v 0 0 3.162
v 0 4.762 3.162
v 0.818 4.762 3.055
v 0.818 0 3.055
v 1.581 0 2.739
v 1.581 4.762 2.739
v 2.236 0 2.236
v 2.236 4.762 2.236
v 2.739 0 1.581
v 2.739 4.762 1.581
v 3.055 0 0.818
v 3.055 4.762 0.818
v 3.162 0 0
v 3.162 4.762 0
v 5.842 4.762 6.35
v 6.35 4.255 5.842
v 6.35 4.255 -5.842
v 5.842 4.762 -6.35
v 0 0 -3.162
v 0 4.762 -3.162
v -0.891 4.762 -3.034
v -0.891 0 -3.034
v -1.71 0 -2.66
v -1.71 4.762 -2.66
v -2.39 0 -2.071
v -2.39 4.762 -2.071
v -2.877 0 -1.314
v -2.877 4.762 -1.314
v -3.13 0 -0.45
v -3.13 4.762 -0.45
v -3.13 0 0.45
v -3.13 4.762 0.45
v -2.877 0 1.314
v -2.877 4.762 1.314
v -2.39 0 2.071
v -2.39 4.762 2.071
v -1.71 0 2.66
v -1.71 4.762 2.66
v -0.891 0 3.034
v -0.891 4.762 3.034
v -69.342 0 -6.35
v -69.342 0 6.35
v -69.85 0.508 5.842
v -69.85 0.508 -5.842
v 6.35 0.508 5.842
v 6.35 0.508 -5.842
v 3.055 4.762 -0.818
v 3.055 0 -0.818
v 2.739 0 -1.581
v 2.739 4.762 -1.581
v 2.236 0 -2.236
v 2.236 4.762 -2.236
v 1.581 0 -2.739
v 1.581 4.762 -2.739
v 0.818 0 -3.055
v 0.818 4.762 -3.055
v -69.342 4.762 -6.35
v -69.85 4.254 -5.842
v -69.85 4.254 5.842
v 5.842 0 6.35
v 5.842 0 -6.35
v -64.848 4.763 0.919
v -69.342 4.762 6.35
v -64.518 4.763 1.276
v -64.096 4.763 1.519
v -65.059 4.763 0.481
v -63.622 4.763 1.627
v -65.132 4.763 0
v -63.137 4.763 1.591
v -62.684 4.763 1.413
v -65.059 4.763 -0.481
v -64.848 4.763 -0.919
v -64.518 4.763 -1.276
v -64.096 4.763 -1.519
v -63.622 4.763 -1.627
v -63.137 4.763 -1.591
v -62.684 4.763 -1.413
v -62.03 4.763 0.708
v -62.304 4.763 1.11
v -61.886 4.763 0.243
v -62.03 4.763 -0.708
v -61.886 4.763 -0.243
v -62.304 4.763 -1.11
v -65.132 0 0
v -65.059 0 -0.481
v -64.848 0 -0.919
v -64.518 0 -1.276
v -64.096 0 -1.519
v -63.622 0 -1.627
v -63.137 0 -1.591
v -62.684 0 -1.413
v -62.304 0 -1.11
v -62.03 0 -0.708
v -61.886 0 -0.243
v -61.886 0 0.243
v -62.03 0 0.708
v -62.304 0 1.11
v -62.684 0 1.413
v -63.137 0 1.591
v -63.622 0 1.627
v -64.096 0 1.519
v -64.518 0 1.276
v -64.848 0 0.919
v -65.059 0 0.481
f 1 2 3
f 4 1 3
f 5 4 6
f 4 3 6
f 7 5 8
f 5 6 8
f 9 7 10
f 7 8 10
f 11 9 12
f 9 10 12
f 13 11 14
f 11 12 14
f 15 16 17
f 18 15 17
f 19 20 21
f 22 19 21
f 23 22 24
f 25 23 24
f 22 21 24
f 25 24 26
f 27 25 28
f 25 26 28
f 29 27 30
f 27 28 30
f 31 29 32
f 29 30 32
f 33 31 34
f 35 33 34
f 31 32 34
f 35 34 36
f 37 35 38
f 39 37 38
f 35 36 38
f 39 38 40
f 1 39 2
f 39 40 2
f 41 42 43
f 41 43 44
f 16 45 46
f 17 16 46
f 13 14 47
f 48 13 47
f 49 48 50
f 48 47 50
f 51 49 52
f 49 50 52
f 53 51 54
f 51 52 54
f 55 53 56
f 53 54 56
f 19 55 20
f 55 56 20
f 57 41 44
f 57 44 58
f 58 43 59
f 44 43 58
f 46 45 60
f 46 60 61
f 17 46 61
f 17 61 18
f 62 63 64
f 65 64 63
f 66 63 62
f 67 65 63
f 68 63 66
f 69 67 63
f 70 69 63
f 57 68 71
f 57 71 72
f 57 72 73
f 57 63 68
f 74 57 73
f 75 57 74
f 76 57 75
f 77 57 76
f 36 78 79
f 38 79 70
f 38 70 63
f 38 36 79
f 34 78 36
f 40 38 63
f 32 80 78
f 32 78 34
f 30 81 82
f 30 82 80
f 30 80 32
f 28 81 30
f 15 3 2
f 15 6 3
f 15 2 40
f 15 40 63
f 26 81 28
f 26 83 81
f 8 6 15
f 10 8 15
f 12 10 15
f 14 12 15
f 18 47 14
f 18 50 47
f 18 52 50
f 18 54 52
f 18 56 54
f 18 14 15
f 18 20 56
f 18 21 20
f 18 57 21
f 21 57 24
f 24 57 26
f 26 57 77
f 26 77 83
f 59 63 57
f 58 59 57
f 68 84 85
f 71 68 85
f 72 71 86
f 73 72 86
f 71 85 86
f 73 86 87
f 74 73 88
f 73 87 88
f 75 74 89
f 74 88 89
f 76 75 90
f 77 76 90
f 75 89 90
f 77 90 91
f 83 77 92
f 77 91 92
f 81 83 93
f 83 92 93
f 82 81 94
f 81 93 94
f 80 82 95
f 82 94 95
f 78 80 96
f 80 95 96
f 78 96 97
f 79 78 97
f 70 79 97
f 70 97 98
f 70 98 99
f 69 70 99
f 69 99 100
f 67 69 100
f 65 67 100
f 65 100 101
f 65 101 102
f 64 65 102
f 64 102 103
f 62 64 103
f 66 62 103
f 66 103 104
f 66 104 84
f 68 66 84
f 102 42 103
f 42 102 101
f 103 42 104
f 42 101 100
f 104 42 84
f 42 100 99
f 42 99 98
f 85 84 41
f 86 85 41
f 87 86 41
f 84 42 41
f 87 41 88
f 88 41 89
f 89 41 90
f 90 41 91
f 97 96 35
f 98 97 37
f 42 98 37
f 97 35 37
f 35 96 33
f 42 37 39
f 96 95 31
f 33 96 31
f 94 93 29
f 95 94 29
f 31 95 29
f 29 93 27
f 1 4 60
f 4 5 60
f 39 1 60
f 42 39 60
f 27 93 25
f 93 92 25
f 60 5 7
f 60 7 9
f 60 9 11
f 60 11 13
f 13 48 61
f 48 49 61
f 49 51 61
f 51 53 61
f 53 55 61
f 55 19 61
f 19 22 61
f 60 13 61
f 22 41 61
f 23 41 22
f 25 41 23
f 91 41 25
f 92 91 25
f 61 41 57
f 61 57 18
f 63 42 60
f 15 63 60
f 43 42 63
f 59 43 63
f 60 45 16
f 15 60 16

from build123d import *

# Parameters (mm, degrees)
SKETCH1_W             = 76.2
SKETCH1_H             = 12.7
BOSS_EXTRUDE2_DEPTH   = 4.7625
F_4_CLEARANCE_HOLE1_D = 3.2639
CUT_EXTRUDE1_DEPTH    = 5.7625
CHAMFER1_SIZE         = 0.508


with BuildPart() as part:
    # Sketch1 → Boss-Extrude2 (new body)
    with BuildSketch(Plane(origin=(0, 0, 0), x_dir=(1, 0, 0), z_dir=(0, 1, 0))):
        with Locations((-31.75, 0)):
            Rectangle(SKETCH1_W, SKETCH1_H)
    extrude(amount=BOSS_EXTRUDE2_DEPTH)

    # #4 Clearance Hole1 (through all)
    with Locations(Plane(origin=(0, 4.7625, 0), x_dir=(1, 0, 0), z_dir=(0, 1, 0))):
        with Locations((-63.5, 0)):
            Hole(F_4_CLEARANCE_HOLE1_D / 2)

    # Sketch2 → Cut-Extrude1 (cut, through all)
    with BuildSketch(Plane(origin=(0, 4.7625, 0), x_dir=(1, 0, 0), z_dir=(0, 1, 0))):
        with BuildLine():
            ThreePointArc((3.1623, 0), (2.236083774, 2.236083774), (0, 3.1623))
            Line((0, 3.1623), (0, -3.1623))
            ThreePointArc((0, -3.1623), (2.236083774, -2.236083774), (3.1623, 0))
        make_face()
        with BuildLine():
            Line((0, -3.1623), (0, 3.1623))
            ThreePointArc((0, 3.1623), (-3.1623, 0), (0, -3.1623))
        make_face()
    extrude(amount=-CUT_EXTRUDE1_DEPTH, mode=Mode.SUBTRACT)

    # Chamfer1
    chamfer1_edges = [part.edges().sort_by_distance(p)[0] for p in [
        (-69.85, 2.38125, 6.35),
        (-69.85, 2.38125, -6.35),
        (6.35, 2.38125, -6.35),
        (6.35, 2.38125, 6.35),
        (6.35, 4.7625, 0),
        (-69.85, 4.7625, 0),
        (-69.85, 0, 0),
        (6.35, 0, 0),
    ]]
    chamfer(chamfer1_edges, length=CHAMFER1_SIZE)


solid = part.part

□ □ □ □ □ □ □

▸ EXERCISE DETAILS: Give back, unchanged, the run of lines in the listing above that begins at the line containing "v 2.739 0 1.581" and ends at the line containing "v -2.877 0 1.314", both included.

▸ RESPONSE BELOW:
v 2.739 0 1.581
v 2.739 4.762 1.581
v 3.055 0 0.818
v 3.055 4.762 0.818
v 3.162 0 0
v 3.162 4.762 0
v 5.842 4.762 6.35
v 6.35 4.255 5.842
v 6.35 4.255 -5.842
v 5.842 4.762 -6.35
v 0 0 -3.162
v 0 4.762 -3.162
v -0.891 4.762 -3.034
v -0.891 0 -3.034
v -1.71 0 -2.66
v -1.71 4.762 -2.66
v -2.39 0 -2.071
v -2.39 4.762 -2.071
v -2.877 0 -1.314
v -2.877 4.762 -1.314
v -3.13 0 -0.45
v -3.13 4.762 -0.45
v -3.13 0 0.45
v -3.13 4.762 0.45
v -2.877 0 1.314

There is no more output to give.